* [What you have to do] Output only the lines from the one holding "#288=AXIS2_PLACEMENT_3D('',#55,#83,#110);" to the end of the data below, please, copied exactly.

-------- Data for analysis

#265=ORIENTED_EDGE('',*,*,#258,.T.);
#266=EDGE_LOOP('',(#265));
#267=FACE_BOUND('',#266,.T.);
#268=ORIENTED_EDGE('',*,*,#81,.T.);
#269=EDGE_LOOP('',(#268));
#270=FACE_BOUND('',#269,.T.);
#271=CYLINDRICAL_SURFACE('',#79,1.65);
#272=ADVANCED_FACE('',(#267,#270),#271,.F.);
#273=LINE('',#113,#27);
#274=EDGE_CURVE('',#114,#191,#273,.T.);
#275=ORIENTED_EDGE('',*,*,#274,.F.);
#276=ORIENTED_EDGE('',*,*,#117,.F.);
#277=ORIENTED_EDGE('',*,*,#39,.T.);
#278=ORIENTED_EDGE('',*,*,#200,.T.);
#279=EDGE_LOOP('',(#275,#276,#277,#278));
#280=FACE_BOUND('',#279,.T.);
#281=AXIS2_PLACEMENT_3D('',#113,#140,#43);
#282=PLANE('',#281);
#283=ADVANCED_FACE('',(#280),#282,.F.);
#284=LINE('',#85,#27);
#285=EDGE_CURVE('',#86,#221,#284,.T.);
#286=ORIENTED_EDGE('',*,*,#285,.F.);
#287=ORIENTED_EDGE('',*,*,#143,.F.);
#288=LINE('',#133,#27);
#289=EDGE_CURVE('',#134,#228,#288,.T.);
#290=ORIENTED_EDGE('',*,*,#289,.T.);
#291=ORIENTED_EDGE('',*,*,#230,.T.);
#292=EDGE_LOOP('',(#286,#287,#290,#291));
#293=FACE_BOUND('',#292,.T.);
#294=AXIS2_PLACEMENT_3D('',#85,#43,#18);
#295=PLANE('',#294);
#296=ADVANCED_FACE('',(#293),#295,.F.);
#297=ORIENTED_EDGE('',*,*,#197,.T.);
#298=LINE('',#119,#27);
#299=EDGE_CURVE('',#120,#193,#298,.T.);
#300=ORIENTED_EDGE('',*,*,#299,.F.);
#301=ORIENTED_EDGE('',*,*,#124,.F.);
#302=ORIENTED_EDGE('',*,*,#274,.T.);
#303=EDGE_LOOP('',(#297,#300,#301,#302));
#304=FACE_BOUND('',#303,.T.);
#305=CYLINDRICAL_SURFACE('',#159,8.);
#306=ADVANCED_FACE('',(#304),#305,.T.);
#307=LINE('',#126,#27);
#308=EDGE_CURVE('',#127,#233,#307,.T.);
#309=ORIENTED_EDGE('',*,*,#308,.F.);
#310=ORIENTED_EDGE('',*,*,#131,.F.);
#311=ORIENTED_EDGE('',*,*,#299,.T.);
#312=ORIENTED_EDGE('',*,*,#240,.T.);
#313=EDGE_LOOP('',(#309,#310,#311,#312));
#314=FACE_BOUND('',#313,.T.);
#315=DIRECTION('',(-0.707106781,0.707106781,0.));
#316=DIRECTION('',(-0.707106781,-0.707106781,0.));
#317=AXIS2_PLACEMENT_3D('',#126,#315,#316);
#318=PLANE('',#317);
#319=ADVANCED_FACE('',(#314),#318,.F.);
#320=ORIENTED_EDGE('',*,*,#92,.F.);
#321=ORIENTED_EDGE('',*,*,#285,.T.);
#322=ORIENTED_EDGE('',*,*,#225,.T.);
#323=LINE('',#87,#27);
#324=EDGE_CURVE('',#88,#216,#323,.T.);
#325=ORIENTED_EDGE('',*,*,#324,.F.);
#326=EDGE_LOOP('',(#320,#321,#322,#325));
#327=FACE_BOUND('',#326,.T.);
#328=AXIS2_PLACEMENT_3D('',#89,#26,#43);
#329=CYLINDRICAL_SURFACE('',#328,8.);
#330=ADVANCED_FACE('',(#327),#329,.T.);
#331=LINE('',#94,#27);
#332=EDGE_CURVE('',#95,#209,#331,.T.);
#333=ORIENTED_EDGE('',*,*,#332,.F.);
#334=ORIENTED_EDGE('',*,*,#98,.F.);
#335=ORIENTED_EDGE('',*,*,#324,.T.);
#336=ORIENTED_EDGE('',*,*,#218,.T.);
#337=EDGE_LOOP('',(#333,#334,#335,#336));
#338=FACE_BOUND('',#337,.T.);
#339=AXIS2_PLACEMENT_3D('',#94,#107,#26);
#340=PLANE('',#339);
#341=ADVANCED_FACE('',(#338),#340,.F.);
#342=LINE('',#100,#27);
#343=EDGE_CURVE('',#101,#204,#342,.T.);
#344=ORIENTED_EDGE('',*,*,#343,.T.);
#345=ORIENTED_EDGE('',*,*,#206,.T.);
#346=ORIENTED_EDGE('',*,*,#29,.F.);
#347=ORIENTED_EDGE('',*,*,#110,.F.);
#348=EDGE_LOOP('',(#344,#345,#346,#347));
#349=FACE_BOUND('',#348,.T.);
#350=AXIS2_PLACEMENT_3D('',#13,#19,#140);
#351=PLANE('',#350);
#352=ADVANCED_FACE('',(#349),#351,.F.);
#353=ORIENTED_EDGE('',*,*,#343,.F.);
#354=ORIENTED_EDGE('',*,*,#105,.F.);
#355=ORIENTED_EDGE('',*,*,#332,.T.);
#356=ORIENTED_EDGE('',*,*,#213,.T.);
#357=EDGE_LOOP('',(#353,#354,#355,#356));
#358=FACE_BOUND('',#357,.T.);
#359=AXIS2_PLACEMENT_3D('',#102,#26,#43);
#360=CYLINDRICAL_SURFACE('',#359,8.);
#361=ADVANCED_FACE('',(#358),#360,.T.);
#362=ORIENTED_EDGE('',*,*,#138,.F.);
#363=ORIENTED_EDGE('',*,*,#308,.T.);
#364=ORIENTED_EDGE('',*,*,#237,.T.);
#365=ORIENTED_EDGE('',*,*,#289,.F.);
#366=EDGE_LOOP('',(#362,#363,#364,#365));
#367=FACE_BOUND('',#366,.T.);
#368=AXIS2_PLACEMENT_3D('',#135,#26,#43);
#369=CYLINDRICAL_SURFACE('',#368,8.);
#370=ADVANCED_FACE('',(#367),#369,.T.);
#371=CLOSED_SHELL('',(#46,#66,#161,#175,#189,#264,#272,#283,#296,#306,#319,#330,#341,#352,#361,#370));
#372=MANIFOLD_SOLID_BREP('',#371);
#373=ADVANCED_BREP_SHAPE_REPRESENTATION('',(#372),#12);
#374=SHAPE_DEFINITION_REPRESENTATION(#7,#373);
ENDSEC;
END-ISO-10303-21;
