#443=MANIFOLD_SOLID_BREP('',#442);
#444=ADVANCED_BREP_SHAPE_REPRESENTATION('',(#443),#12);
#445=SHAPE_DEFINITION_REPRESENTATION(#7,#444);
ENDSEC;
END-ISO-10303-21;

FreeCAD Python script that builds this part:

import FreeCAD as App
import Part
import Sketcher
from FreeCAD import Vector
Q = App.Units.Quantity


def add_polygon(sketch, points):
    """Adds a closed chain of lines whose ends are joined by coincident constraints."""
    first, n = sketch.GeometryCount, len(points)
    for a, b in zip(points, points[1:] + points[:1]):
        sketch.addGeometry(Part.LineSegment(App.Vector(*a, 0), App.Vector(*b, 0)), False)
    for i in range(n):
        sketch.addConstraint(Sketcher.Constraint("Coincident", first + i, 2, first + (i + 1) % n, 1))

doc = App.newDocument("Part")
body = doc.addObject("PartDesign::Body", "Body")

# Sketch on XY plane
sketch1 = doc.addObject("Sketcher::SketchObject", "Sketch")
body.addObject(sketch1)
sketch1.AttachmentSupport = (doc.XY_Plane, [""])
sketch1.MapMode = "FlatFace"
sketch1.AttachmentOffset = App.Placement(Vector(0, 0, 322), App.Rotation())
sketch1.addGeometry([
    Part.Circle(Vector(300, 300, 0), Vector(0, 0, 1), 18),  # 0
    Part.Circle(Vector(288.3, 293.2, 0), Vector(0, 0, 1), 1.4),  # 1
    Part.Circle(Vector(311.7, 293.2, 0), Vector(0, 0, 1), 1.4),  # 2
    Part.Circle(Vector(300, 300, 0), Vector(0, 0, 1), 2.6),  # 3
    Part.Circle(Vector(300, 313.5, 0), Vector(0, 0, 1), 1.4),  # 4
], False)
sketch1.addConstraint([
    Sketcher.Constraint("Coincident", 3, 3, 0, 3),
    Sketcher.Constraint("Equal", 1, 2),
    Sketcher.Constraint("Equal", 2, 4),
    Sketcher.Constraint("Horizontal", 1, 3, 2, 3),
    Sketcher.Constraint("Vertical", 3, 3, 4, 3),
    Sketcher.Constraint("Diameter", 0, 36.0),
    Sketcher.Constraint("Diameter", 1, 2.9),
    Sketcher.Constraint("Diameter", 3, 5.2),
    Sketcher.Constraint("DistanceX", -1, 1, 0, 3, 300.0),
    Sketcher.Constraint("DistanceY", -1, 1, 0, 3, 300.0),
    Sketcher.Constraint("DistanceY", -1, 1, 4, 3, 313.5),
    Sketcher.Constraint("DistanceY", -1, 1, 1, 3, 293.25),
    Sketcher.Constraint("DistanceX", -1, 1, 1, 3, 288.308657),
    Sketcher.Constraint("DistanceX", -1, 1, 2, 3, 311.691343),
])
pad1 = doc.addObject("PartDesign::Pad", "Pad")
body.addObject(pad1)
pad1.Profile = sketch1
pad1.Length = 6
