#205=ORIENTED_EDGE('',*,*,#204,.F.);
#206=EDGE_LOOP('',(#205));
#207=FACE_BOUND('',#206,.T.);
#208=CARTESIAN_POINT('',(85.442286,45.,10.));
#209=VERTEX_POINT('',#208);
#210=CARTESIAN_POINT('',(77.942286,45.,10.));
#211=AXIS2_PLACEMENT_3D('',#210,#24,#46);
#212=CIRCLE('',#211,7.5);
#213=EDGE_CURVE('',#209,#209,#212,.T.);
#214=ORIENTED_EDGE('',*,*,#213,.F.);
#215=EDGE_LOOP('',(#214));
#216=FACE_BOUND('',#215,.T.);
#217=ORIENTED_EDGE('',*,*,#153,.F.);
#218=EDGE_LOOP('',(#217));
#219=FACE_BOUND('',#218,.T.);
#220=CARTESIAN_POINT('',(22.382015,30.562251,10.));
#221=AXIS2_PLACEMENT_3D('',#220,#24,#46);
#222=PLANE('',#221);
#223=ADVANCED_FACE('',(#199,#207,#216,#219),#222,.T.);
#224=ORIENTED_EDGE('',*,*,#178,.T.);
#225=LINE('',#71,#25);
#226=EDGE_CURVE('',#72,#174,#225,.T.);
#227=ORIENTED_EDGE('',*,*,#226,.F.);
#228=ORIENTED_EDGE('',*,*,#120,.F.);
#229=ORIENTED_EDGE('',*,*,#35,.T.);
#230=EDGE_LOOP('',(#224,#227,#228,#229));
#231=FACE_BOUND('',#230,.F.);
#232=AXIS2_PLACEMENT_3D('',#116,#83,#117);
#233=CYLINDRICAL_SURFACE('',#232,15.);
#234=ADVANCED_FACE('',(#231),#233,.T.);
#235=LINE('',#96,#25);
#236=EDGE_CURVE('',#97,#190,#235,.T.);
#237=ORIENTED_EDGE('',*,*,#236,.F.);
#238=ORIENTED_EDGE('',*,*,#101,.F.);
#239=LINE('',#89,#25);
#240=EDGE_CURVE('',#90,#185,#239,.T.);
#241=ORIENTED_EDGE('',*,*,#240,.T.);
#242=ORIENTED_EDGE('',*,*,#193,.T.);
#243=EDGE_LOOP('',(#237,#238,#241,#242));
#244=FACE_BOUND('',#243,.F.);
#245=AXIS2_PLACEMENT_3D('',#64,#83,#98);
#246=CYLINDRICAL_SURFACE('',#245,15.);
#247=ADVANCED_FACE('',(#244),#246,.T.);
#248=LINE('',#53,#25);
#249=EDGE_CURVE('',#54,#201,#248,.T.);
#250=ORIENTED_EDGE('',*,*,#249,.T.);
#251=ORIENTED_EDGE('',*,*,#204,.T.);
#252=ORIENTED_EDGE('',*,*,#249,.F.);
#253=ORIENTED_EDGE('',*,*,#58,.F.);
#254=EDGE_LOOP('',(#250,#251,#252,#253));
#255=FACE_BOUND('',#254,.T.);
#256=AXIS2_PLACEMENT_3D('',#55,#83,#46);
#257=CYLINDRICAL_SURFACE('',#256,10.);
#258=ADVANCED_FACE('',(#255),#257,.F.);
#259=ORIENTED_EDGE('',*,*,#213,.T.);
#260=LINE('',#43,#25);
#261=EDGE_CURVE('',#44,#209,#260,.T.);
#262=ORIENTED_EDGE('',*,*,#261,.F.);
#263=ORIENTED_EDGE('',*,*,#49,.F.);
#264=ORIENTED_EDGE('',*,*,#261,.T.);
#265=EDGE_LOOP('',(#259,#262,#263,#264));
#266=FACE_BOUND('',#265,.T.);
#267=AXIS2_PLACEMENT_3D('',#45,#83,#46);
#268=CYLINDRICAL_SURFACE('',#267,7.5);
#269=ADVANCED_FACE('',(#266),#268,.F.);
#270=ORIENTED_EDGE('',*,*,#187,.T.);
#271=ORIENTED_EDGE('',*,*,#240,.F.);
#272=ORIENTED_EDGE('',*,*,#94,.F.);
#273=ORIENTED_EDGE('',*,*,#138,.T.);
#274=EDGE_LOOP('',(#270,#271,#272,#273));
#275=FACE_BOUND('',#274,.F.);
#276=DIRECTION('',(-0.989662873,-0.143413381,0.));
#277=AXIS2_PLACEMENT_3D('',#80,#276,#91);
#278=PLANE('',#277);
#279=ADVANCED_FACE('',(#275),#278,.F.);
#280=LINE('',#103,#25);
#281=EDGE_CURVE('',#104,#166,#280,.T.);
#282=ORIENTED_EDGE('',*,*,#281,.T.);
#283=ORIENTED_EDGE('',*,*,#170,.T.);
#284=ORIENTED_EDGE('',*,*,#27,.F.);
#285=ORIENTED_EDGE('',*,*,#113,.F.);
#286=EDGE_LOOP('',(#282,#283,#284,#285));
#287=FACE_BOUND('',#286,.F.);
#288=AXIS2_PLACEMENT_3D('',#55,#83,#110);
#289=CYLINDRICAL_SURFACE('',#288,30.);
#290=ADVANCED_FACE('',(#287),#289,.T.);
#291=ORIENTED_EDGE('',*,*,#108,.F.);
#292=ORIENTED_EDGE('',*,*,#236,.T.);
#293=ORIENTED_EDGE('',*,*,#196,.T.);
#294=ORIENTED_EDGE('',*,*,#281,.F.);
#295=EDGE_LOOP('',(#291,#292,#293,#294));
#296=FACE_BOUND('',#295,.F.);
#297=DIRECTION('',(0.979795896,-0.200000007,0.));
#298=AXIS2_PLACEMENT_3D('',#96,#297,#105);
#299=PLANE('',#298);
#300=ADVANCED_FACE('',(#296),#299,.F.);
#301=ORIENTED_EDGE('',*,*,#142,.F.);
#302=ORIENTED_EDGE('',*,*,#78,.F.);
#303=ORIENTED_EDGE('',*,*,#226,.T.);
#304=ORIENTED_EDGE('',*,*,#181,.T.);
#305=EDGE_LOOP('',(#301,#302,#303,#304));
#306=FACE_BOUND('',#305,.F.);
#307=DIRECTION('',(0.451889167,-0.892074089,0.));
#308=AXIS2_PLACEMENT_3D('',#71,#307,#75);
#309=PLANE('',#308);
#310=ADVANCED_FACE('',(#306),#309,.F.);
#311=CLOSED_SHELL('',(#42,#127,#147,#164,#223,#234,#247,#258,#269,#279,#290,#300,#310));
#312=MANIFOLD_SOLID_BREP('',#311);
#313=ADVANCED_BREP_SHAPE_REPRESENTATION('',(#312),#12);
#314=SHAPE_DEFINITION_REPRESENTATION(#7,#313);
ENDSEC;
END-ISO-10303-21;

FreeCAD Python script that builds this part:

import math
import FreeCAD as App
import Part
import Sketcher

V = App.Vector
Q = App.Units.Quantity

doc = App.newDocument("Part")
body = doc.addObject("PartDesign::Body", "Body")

----------------

* [Your response]
#288=AXIS2_PLACEMENT_3D('',#55,#83,#110);
#289=CYLINDRICAL_SURFACE('',#288,30.);
#290=ADVANCED_FACE('',(#287),#289,.T.);
#291=ORIENTED_EDGE('',*,*,#108,.F.);
#292=ORIENTED_EDGE('',*,*,#236,.T.);
#293=ORIENTED_EDGE('',*,*,#196,.T.);
#294=ORIENTED_EDGE('',*,*,#281,.F.);
#295=EDGE_LOOP('',(#291,#292,#293,#294));
#296=FACE_BOUND('',#295,.F.);
#297=DIRECTION('',(0.979795896,-0.200000007,0.));
#298=AXIS2_PLACEMENT_3D('',#96,#297,#105);
#299=PLANE('',#298);
#300=ADVANCED_FACE('',(#296),#299,.F.);
#301=ORIENTED_EDGE('',*,*,#142,.F.);
#302=ORIENTED_EDGE('',*,*,#78,.F.);
#303=ORIENTED_EDGE('',*,*,#226,.T.);
#304=ORIENTED_EDGE('',*,*,#181,.T.);
#305=EDGE_LOOP('',(#301,#302,#303,#304));
#306=FACE_BOUND('',#305,.F.);
#307=DIRECTION('',(0.451889167,-0.892074089,0.));
#308=AXIS2_PLACEMENT_3D('',#71,#307,#75);
#309=PLANE('',#308);
#310=ADVANCED_FACE('',(#306),#309,.F.);
#311=CLOSED_SHELL('',(#42,#127,#147,#164,#223,#234,#247,#258,#269,#279,#290,#300,#310));
#312=MANIFOLD_SOLID_BREP('',#311);
#313=ADVANCED_BREP_SHAPE_REPRESENTATION('',(#312),#12);
#314=SHAPE_DEFINITION_REPRESENTATION(#7,#313);
ENDSEC;
END-ISO-10303-21;

FreeCAD Python script that builds this part:

import math
import FreeCAD as App
import Part
import Sketcher

V = App.Vector
Q = App.Units.Quantity

doc = App.newDocument("Part")
body = doc.addObject("PartDesign::Body", "Body")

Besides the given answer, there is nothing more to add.